* Exercise aim *
When you find the line with "face PLANE(AX(P(-23,2.5,-11.5),D(0,0,1),D(1,0,0))) rev" among the records below, reproduce it and each line after it exactly, ending with the line with "# FreeCAD 1.0 macro for this part".

------------------------------------------------------------------------

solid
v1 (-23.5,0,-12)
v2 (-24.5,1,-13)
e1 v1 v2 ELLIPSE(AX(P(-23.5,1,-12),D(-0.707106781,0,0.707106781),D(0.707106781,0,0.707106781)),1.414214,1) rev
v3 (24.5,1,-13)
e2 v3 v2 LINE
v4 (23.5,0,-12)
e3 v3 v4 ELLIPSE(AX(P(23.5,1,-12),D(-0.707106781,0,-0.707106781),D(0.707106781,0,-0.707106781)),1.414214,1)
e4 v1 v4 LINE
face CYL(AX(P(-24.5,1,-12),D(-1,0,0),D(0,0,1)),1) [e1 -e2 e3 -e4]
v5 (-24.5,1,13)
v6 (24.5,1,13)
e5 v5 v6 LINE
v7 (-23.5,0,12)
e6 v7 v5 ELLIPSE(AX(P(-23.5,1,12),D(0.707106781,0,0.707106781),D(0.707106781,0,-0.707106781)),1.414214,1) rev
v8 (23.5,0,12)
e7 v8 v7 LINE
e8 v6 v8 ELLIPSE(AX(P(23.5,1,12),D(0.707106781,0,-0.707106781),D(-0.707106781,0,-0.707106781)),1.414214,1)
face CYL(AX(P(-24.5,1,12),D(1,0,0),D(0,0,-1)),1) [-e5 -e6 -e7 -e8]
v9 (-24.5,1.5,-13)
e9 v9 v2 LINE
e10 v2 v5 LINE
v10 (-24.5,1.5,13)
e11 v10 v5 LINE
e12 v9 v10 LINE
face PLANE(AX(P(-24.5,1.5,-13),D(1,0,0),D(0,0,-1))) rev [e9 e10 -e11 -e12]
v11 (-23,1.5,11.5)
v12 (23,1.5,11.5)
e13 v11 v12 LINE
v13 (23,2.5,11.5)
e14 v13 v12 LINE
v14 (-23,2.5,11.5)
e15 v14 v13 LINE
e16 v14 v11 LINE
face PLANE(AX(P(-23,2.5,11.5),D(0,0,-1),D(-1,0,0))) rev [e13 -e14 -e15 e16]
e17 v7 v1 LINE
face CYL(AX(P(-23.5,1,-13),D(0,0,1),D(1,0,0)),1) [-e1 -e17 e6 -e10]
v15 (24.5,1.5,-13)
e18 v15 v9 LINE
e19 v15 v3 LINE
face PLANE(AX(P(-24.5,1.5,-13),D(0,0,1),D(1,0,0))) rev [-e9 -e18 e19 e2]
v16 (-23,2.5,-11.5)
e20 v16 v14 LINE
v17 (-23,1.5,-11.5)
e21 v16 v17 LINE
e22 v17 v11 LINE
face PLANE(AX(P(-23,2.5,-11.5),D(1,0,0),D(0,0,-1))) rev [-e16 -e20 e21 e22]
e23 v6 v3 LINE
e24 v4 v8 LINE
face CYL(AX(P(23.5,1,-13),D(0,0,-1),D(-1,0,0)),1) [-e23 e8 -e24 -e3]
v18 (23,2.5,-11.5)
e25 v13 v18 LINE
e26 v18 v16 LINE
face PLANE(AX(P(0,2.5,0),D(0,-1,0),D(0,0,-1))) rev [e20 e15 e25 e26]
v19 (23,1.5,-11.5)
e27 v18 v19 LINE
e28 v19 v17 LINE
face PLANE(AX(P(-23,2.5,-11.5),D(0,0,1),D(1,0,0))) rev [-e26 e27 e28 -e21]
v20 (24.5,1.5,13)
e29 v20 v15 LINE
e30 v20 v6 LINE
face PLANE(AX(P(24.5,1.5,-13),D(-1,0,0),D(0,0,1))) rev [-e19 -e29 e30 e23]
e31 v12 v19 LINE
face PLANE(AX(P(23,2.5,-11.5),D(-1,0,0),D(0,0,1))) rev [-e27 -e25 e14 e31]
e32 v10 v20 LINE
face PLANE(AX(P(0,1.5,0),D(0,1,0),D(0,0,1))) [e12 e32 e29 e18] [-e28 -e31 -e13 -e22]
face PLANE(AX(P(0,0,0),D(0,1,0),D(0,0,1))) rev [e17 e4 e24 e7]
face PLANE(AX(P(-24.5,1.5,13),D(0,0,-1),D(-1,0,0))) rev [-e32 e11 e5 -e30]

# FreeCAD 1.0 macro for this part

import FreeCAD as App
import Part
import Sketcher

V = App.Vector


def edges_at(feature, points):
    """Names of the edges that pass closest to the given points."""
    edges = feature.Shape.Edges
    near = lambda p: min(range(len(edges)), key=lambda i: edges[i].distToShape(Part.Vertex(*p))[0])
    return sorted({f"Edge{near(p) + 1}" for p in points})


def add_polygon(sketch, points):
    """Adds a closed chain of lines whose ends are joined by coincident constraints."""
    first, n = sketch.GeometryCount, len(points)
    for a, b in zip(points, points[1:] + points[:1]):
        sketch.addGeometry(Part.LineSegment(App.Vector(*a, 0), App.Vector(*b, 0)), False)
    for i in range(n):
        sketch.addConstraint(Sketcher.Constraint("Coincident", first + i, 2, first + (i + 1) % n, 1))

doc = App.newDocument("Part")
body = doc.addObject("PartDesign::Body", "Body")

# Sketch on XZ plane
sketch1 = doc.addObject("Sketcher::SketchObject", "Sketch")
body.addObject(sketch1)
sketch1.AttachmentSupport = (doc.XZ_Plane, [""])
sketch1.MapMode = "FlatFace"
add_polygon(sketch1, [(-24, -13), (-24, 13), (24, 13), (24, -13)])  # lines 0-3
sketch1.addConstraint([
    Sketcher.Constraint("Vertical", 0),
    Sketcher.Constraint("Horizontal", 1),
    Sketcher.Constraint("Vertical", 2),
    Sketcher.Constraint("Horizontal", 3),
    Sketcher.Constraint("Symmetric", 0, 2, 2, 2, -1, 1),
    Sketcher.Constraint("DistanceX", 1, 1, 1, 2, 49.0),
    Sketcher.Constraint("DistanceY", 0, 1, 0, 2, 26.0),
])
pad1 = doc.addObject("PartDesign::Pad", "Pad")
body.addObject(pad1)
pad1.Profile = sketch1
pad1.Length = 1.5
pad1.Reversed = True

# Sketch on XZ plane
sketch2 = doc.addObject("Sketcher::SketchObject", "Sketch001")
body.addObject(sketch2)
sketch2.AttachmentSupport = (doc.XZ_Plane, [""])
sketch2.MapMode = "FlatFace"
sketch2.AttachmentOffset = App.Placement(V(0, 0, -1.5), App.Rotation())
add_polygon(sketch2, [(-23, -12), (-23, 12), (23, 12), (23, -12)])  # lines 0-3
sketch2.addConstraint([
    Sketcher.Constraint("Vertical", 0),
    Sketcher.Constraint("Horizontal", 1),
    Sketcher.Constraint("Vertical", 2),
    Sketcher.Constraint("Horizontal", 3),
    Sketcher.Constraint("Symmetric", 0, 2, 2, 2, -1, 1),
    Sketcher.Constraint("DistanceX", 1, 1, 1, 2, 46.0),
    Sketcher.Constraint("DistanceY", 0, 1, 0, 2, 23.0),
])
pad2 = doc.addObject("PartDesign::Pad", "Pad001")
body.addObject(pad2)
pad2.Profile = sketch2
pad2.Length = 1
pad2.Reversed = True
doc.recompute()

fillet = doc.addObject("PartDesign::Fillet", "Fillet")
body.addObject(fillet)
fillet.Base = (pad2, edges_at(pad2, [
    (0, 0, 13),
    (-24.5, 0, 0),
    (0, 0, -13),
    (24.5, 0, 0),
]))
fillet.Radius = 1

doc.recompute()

------------------------------------------------------------------------

* Exercise answer *
face PLANE(AX(P(-23,2.5,-11.5),D(0,0,1),D(1,0,0))) rev [-e26 e27 e28 -e21]
v20 (24.5,1.5,13)
e29 v20 v15 LINE
e30 v20 v6 LINE
face PLANE(AX(P(24.5,1.5,-13),D(-1,0,0),D(0,0,1))) rev [-e19 -e29 e30 e23]
e31 v12 v19 LINE
face PLANE(AX(P(23,2.5,-11.5),D(-1,0,0),D(0,0,1))) rev [-e27 -e25 e14 e31]
e32 v10 v20 LINE
face PLANE(AX(P(0,1.5,0),D(0,1,0),D(0,0,1))) [e12 e32 e29 e18] [-e28 -e31 -e13 -e22]
face PLANE(AX(P(0,0,0),D(0,1,0),D(0,0,1))) rev [e17 e4 e24 e7]
face PLANE(AX(P(-24.5,1.5,13),D(0,0,-1),D(-1,0,0))) rev [-e32 e11 e5 -e30]

# FreeCAD 1.0 macro for this part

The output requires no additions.